# [Work instruction]
Copy out all the lines of the data that hold the word "revolve".

━━━━━━

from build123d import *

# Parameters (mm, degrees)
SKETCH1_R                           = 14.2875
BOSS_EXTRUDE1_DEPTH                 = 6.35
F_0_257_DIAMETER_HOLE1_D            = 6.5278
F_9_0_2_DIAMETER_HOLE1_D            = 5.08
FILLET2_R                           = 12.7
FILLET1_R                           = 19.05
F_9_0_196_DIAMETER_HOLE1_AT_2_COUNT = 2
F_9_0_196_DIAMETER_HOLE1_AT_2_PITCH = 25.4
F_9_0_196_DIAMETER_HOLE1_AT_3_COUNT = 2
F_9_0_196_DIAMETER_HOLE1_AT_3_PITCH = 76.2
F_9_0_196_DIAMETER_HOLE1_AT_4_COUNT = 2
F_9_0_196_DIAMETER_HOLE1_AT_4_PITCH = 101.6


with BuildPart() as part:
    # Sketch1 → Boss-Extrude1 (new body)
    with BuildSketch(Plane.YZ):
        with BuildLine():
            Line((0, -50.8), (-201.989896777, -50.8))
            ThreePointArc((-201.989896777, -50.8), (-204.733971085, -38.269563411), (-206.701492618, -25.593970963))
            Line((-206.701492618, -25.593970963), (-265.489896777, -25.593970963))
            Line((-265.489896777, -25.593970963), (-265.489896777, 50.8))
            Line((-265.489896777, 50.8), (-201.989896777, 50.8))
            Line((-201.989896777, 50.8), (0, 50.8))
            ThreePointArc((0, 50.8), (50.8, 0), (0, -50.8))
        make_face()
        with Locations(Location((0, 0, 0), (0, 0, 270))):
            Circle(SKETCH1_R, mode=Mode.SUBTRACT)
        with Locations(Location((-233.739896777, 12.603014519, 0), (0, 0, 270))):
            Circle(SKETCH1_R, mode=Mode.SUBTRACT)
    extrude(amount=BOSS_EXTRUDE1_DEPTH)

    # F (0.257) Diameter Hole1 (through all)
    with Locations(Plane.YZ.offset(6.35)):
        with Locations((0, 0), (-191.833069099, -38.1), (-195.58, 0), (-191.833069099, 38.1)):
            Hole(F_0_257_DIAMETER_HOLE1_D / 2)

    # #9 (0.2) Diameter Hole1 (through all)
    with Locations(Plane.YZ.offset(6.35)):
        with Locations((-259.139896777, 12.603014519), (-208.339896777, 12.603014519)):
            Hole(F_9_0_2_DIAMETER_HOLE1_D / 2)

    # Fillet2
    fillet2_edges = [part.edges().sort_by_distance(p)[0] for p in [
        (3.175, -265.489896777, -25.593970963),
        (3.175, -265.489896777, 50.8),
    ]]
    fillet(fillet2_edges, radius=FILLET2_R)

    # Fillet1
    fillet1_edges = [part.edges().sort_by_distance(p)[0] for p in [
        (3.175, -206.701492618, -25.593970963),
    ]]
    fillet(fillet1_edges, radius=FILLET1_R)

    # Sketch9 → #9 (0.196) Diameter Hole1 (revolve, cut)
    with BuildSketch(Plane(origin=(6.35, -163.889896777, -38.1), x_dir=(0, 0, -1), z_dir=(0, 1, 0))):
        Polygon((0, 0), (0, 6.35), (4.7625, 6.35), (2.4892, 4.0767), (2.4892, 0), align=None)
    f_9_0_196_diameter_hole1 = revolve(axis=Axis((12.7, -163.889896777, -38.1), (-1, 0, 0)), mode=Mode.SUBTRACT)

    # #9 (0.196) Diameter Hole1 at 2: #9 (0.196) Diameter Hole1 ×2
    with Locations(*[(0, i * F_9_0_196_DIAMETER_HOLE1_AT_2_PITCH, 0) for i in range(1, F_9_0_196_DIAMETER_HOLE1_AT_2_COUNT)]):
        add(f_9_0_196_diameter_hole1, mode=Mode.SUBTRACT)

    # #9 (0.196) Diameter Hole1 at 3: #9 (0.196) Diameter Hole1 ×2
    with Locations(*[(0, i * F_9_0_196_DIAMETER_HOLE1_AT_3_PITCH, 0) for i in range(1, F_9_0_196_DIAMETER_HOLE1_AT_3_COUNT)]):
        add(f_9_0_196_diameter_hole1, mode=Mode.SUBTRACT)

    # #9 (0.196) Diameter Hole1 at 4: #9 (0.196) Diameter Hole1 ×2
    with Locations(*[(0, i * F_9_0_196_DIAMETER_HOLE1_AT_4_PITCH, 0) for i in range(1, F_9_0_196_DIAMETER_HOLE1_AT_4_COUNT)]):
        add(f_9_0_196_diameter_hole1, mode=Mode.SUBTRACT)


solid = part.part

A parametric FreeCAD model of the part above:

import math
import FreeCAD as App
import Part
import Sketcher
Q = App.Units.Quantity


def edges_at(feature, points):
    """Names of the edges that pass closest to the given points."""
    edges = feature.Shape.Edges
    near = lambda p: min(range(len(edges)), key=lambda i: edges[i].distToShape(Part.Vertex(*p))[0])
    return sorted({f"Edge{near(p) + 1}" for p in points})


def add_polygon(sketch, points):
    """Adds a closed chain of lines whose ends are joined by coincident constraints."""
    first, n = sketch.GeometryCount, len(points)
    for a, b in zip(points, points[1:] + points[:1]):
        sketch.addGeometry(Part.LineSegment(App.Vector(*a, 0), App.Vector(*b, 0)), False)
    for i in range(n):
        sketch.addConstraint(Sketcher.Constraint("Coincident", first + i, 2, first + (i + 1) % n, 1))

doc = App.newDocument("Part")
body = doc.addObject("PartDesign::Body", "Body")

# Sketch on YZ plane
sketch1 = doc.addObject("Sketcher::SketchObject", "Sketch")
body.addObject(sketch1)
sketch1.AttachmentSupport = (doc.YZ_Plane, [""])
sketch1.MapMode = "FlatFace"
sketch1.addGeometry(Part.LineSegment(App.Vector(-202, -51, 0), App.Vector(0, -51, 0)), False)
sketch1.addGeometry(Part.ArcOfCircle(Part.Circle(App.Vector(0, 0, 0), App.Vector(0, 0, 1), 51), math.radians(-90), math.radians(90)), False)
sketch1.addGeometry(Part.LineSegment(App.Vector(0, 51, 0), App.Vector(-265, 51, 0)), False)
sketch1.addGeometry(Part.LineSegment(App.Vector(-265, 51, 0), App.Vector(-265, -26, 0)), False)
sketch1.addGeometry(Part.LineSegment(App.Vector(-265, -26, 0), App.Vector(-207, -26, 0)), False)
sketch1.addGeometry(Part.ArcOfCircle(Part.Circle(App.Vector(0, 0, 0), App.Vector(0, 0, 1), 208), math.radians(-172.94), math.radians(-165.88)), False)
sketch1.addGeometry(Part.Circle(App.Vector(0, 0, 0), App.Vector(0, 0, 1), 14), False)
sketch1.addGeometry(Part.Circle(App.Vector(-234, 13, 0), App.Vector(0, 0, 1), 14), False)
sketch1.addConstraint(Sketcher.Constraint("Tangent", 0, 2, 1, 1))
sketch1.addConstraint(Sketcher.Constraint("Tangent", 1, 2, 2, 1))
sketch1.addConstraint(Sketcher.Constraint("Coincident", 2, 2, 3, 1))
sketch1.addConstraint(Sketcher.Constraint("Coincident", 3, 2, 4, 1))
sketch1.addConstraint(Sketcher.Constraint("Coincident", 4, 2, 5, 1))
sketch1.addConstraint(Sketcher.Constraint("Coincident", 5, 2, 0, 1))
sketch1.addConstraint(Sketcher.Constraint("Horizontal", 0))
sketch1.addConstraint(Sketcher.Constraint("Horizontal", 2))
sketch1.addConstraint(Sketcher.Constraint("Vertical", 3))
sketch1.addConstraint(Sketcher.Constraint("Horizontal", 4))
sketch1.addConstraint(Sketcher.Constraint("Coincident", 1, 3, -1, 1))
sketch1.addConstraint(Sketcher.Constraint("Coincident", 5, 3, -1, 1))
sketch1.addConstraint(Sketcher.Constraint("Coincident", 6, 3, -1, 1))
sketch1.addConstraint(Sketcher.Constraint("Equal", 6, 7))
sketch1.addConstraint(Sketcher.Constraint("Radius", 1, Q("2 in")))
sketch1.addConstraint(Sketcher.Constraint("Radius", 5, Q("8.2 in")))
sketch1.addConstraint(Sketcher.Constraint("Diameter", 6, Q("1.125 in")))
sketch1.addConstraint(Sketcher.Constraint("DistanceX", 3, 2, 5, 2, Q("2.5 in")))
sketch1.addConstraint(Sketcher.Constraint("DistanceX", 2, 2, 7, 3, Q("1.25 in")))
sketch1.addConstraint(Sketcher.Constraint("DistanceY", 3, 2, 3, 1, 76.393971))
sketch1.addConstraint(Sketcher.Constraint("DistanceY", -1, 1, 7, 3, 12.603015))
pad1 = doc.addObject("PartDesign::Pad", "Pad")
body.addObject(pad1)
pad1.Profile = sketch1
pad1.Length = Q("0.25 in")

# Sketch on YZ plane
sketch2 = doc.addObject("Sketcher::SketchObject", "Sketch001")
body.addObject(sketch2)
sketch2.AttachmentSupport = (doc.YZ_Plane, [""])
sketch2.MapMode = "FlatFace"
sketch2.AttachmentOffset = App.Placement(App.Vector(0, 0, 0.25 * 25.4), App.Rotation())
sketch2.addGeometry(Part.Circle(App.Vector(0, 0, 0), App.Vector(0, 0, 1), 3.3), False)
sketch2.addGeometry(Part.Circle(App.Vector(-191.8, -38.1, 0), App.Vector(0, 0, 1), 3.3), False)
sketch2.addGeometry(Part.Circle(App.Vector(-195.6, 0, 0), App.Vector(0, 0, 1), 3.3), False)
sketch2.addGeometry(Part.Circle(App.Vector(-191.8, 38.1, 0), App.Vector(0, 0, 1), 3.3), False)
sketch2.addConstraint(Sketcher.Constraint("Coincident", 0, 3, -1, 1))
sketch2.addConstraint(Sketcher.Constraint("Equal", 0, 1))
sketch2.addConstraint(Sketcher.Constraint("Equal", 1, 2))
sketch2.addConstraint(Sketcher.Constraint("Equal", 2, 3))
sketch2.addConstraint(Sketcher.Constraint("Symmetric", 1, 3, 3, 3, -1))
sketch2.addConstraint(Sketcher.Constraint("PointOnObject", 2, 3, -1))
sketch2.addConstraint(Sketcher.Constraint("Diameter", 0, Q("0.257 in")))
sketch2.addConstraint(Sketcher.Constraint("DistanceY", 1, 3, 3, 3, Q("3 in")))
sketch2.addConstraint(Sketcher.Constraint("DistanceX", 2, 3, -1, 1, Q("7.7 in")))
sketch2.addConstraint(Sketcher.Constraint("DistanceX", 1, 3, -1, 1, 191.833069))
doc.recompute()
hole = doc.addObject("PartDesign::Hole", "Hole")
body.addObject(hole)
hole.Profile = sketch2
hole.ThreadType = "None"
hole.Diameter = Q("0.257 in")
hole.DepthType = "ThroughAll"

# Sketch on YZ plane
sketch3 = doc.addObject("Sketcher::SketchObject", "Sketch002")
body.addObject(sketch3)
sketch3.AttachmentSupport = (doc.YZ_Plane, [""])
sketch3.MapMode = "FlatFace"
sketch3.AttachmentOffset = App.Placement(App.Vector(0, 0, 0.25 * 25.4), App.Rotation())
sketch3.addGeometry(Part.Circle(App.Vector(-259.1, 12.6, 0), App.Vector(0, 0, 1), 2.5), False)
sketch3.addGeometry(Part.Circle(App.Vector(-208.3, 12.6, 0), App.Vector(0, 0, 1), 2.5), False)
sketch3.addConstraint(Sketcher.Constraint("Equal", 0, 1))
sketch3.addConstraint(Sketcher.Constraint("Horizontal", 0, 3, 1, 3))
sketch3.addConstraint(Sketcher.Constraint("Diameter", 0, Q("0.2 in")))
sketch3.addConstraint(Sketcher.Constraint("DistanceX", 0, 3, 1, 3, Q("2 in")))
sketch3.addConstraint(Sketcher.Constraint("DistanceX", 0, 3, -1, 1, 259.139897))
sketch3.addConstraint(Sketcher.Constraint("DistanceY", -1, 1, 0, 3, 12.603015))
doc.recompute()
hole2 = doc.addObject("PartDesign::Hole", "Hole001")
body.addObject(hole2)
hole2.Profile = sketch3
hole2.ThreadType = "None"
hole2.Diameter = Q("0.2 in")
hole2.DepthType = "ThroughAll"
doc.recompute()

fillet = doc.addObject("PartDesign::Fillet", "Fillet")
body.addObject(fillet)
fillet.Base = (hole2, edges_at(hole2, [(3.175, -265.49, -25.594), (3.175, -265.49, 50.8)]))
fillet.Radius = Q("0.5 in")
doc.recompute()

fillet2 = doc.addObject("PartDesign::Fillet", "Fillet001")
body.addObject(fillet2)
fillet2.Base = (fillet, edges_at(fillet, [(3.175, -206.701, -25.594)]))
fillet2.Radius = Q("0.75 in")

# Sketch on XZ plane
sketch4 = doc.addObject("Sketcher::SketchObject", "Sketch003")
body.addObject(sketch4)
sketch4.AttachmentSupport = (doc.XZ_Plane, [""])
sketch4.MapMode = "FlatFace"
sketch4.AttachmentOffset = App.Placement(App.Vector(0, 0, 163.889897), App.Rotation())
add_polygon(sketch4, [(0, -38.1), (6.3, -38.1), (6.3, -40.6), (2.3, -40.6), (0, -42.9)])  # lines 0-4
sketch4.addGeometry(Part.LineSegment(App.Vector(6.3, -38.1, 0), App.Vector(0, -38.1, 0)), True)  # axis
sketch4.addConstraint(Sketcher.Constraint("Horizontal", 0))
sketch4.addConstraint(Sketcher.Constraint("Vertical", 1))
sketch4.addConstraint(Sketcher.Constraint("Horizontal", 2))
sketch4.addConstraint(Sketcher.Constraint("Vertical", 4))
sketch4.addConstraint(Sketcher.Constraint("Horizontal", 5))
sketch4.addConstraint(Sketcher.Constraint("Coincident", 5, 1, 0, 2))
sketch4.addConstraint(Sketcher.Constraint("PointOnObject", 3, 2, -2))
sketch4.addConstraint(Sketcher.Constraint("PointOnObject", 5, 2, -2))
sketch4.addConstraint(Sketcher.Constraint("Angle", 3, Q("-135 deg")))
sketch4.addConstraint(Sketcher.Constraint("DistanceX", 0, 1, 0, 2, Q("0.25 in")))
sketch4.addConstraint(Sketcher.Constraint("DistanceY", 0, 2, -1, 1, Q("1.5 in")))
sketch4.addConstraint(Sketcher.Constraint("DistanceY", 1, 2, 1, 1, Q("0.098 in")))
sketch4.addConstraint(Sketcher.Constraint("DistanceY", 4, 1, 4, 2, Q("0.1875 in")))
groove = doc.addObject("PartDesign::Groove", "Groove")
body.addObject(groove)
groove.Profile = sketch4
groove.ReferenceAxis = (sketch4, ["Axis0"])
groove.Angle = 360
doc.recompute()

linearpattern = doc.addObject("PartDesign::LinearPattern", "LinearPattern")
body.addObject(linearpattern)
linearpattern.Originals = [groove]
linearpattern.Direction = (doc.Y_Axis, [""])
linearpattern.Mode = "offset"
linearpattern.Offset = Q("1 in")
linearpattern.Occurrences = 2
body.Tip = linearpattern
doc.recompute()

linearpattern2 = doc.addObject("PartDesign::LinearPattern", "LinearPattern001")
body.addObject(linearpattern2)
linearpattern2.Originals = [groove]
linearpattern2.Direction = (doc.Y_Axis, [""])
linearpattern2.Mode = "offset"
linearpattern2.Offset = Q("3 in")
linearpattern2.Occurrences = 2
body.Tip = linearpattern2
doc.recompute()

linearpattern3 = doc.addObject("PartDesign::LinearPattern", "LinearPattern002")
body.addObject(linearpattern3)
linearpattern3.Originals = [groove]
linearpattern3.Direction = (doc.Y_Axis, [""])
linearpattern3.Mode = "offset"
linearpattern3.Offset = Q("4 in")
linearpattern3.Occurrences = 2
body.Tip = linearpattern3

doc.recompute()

━━━━━━

# [Result of this exercise]
    # Sketch9 → #9 (0.196) Diameter Hole1 (revolve, cut)
    f_9_0_196_diameter_hole1 = revolve(axis=Axis((12.7, -163.889896777, -38.1), (-1, 0, 0)), mode=Mode.SUBTRACT)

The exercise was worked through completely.